EXERCISE BRIEF →
After locating the line that contains "#24=DIRECTION('',(-1.,0.,0.));" in the records below, write out exactly that line and each line after it through the one that contains "#60=FACE_BOUND('',#59,.T.);", and nothing else.

Stored items:
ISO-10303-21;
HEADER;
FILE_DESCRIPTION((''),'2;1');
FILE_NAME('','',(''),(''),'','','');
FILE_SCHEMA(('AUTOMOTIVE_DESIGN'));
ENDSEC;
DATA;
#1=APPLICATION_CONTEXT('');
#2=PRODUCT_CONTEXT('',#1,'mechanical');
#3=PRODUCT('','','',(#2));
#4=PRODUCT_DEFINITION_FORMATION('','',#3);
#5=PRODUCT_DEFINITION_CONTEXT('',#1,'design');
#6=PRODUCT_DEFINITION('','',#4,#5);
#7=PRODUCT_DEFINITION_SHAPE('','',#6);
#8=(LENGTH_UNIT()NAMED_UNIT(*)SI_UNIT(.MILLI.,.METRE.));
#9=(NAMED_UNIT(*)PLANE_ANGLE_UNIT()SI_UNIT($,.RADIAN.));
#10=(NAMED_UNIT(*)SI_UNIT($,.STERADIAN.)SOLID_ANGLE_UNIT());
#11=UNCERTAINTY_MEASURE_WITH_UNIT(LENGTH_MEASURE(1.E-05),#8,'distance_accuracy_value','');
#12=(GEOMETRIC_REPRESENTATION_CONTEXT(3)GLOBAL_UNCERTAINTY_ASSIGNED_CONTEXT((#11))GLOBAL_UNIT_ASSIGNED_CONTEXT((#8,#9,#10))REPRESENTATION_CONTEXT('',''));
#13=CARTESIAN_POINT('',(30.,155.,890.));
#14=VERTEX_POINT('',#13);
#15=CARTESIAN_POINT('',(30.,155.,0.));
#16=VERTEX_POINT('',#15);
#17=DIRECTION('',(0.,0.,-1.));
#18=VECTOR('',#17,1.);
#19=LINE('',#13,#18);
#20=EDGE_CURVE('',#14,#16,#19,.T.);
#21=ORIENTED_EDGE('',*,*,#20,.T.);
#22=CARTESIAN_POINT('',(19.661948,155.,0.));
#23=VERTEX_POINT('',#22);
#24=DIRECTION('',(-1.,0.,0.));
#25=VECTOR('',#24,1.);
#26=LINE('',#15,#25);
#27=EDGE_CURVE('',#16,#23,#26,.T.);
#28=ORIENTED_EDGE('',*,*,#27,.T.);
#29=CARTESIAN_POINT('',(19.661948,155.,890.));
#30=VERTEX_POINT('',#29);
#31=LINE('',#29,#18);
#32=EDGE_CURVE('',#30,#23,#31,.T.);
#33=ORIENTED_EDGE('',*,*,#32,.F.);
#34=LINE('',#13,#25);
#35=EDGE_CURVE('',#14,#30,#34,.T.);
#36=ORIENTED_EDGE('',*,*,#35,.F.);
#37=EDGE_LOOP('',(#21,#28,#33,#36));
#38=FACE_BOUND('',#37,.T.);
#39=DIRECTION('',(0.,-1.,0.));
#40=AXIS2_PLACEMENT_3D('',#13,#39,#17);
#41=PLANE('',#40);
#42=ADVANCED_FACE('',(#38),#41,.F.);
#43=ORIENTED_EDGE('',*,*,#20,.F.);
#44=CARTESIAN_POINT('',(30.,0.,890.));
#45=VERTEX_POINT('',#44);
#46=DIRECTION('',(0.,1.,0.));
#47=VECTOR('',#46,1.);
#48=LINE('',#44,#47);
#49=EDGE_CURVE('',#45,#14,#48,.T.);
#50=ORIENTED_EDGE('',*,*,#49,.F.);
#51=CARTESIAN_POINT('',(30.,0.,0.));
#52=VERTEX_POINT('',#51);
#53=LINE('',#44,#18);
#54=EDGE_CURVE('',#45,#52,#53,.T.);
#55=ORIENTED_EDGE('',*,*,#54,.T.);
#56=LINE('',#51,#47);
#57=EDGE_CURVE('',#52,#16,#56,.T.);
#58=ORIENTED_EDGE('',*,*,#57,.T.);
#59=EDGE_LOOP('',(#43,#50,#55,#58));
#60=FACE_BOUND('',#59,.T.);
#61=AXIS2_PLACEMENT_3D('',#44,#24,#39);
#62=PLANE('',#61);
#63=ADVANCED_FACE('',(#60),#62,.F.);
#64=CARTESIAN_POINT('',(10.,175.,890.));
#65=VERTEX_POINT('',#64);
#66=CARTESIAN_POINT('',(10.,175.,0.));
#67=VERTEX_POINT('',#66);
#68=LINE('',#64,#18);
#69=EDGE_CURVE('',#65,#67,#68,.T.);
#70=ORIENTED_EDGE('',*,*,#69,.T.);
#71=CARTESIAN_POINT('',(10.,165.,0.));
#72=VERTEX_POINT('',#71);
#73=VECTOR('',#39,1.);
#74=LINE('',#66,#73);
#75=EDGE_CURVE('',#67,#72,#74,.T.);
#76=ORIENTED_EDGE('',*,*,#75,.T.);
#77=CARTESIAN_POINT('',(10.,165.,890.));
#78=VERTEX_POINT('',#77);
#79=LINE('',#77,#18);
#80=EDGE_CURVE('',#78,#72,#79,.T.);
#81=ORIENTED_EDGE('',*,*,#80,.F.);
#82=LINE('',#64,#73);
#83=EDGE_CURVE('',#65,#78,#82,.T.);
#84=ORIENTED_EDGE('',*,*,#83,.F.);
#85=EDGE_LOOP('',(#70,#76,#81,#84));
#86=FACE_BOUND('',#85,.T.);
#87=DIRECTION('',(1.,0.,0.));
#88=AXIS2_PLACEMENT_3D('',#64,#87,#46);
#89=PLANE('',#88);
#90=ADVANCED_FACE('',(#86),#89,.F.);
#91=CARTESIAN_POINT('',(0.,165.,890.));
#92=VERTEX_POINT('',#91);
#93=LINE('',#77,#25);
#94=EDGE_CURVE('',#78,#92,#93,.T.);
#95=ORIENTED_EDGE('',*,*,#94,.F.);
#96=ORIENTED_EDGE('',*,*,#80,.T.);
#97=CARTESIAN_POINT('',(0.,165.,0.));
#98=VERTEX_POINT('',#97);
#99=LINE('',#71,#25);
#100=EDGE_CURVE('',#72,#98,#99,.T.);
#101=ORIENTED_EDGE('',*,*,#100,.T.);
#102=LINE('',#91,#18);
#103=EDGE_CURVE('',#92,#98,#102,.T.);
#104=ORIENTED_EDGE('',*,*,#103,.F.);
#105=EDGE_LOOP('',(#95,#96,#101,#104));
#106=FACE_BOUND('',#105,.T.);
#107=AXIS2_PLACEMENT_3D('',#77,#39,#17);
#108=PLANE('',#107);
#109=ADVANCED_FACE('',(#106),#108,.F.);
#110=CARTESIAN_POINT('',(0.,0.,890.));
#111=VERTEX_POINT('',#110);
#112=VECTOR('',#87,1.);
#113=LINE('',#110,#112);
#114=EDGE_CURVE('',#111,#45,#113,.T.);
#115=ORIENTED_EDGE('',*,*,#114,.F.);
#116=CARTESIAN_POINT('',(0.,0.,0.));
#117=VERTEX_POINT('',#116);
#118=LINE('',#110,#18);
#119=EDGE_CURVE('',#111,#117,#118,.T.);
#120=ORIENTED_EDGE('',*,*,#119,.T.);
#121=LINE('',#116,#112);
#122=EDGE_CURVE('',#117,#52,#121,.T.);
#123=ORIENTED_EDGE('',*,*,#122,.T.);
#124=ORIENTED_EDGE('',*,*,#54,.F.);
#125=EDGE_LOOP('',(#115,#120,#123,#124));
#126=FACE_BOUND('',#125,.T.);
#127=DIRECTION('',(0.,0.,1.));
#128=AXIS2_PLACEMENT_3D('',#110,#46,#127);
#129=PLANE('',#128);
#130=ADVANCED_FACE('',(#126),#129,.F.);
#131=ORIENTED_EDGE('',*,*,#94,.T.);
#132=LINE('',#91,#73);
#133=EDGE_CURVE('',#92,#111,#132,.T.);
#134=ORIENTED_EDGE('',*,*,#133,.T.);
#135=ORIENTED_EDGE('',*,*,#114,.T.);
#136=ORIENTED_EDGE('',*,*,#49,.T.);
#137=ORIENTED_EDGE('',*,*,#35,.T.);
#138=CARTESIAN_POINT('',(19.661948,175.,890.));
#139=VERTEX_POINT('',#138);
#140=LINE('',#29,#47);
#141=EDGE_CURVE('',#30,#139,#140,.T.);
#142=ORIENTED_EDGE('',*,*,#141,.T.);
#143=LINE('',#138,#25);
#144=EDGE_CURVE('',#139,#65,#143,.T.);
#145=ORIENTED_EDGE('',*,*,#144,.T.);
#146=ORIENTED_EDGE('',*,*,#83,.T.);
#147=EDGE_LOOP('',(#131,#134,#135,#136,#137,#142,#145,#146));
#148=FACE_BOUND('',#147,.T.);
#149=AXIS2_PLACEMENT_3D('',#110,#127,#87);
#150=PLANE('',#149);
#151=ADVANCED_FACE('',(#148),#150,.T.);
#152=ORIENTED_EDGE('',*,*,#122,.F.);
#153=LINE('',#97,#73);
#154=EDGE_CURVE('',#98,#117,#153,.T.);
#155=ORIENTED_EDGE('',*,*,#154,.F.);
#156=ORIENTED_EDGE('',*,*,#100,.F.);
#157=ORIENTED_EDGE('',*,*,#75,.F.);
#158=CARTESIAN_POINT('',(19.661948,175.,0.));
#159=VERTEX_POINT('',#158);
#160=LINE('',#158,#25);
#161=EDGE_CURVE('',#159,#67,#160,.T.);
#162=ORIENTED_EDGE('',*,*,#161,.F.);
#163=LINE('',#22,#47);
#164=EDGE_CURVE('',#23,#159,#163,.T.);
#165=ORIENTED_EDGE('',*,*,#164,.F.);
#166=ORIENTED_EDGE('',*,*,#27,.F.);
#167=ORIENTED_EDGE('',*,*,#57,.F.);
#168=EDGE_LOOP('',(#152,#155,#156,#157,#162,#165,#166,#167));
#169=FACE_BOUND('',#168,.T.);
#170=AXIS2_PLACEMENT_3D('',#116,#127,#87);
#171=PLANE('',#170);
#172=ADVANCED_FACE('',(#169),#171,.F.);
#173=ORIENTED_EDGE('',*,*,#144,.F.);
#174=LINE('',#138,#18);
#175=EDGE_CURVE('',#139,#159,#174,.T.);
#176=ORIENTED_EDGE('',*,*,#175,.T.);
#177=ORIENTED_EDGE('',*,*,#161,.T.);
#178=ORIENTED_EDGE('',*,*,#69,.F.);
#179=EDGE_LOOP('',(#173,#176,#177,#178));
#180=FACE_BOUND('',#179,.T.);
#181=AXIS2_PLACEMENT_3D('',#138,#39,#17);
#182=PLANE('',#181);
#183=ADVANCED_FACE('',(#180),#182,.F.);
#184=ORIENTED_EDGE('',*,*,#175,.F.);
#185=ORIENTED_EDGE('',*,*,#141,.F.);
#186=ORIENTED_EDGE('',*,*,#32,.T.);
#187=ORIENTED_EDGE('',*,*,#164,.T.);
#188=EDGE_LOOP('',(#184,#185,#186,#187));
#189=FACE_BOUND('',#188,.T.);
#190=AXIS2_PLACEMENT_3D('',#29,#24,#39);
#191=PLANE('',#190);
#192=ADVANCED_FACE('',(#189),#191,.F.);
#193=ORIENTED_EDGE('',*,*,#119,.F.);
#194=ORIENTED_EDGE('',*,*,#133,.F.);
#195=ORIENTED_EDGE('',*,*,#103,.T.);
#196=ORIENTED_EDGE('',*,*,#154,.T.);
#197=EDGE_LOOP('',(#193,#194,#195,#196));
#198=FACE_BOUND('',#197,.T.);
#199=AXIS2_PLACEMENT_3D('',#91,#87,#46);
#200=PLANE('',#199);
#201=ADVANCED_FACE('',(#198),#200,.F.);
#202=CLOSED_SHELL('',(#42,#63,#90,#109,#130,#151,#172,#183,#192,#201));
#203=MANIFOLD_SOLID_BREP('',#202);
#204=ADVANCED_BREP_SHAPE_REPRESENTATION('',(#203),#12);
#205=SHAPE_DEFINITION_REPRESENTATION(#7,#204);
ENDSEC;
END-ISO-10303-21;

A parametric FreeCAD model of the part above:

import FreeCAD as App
import Part
import Sketcher


def add_polygon(sketch, points):
    """Adds a closed chain of lines whose ends are joined by coincident constraints."""
    first, n = sketch.GeometryCount, len(points)
    for a, b in zip(points, points[1:] + points[:1]):
        sketch.addGeometry(Part.LineSegment(App.Vector(*a, 0), App.Vector(*b, 0)), False)
    for i in range(n):
        sketch.addConstraint(Sketcher.Constraint("Coincident", first + i, 2, first + (i + 1) % n, 1))

doc = App.newDocument("Part")
params = doc.addObject("Spreadsheet::Sheet", "Params")
for row, (alias, value) in enumerate([
    ("sketch1_width", "30 mm"),
    ("sketch1_width2", "10 mm"),
    ("sketch1_height", "155 mm"),
    ("sketch1_height2", "20 mm"),
    ("pad1_length", "890 mm"),
], start=1):
    params.set(f"A{row}", alias)
    params.set(f"B{row}", "=" + value)
    params.setAlias(f"B{row}", alias)

body = doc.addObject("PartDesign::Body", "Body")

sketch1 = body.newObject("Sketcher::SketchObject", "Sketch")
sketch1.AttachmentSupport = (doc.getObject("XY_Plane"), [""])
sketch1.MapMode = "FlatFace"
add_polygon(sketch1, [(0, 0), (30, 0), (30, 155), (19.661948, 155), (19.661948, 175), (10, 175), (10, 165), (0, 165)])
sketch1.addConstraint(Sketcher.Constraint("Horizontal", 0))
sketch1.addConstraint(Sketcher.Constraint("Vertical", 1))
sketch1.addConstraint(Sketcher.Constraint("Horizontal", 2))
sketch1.addConstraint(Sketcher.Constraint("Vertical", 3))
sketch1.addConstraint(Sketcher.Constraint("Horizontal", 4))
sketch1.addConstraint(Sketcher.Constraint("Vertical", 5))
sketch1.addConstraint(Sketcher.Constraint("Horizontal", 6))
sketch1.addConstraint(Sketcher.Constraint("Vertical", 7))
sketch1.addConstraint(Sketcher.Constraint("Coincident", 7, 2, -1, 1))
sketch1.addConstraint(Sketcher.Constraint("Equal", 6, 5))
sketch1.addConstraint(Sketcher.Constraint("DistanceX", 0, 1, 0, 2, 30.0))
sketch1.addConstraint(Sketcher.Constraint("DistanceX", 6, 2, 6, 1, 10.0))
sketch1.addConstraint(Sketcher.Constraint("DistanceY", 1, 1, 1, 2, 155.0))
sketch1.addConstraint(Sketcher.Constraint("DistanceY", 3, 1, 3, 2, 20.0))
sketch1.addConstraint(Sketcher.Constraint("DistanceX", 2, 2, 2, 1, 10.338052))
sketch1.setExpression("Constraints[18]", "Params.sketch1_width")
sketch1.setExpression("Constraints[19]", "Params.sketch1_width2")
sketch1.setExpression("Constraints[20]", "Params.sketch1_height")
sketch1.setExpression("Constraints[21]", "Params.sketch1_height2")
pad1 = body.newObject("PartDesign::Pad", "Pad")
pad1.Profile = sketch1
pad1.setExpression("Length", "Params.pad1_length")

doc.recompute()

OUTPUT FOR THIS EXERCISE →
#24=DIRECTION('',(-1.,0.,0.));
#25=VECTOR('',#24,1.);
#26=LINE('',#15,#25);
#27=EDGE_CURVE('',#16,#23,#26,.T.);
#28=ORIENTED_EDGE('',*,*,#27,.T.);
#29=CARTESIAN_POINT('',(19.661948,155.,890.));
#30=VERTEX_POINT('',#29);
#31=LINE('',#29,#18);
#32=EDGE_CURVE('',#30,#23,#31,.T.);
#33=ORIENTED_EDGE('',*,*,#32,.F.);
#34=LINE('',#13,#25);
#35=EDGE_CURVE('',#14,#30,#34,.T.);
#36=ORIENTED_EDGE('',*,*,#35,.F.);
#37=EDGE_LOOP('',(#21,#28,#33,#36));
#38=FACE_BOUND('',#37,.T.);
#39=DIRECTION('',(0.,-1.,0.));
#40=AXIS2_PLACEMENT_3D('',#13,#39,#17);
#41=PLANE('',#40);
#42=ADVANCED_FACE('',(#38),#41,.F.);
#43=ORIENTED_EDGE('',*,*,#20,.F.);
#44=CARTESIAN_POINT('',(30.,0.,890.));
#45=VERTEX_POINT('',#44);
#46=DIRECTION('',(0.,1.,0.));
#47=VECTOR('',#46,1.);
#48=LINE('',#44,#47);
#49=EDGE_CURVE('',#45,#14,#48,.T.);
#50=ORIENTED_EDGE('',*,*,#49,.F.);
#51=CARTESIAN_POINT('',(30.,0.,0.));
#52=VERTEX_POINT('',#51);
#53=LINE('',#44,#18);
#54=EDGE_CURVE('',#45,#52,#53,.T.);
#55=ORIENTED_EDGE('',*,*,#54,.T.);
#56=LINE('',#51,#47);
#57=EDGE_CURVE('',#52,#16,#56,.T.);
#58=ORIENTED_EDGE('',*,*,#57,.T.);
#59=EDGE_LOOP('',(#43,#50,#55,#58));
#60=FACE_BOUND('',#59,.T.);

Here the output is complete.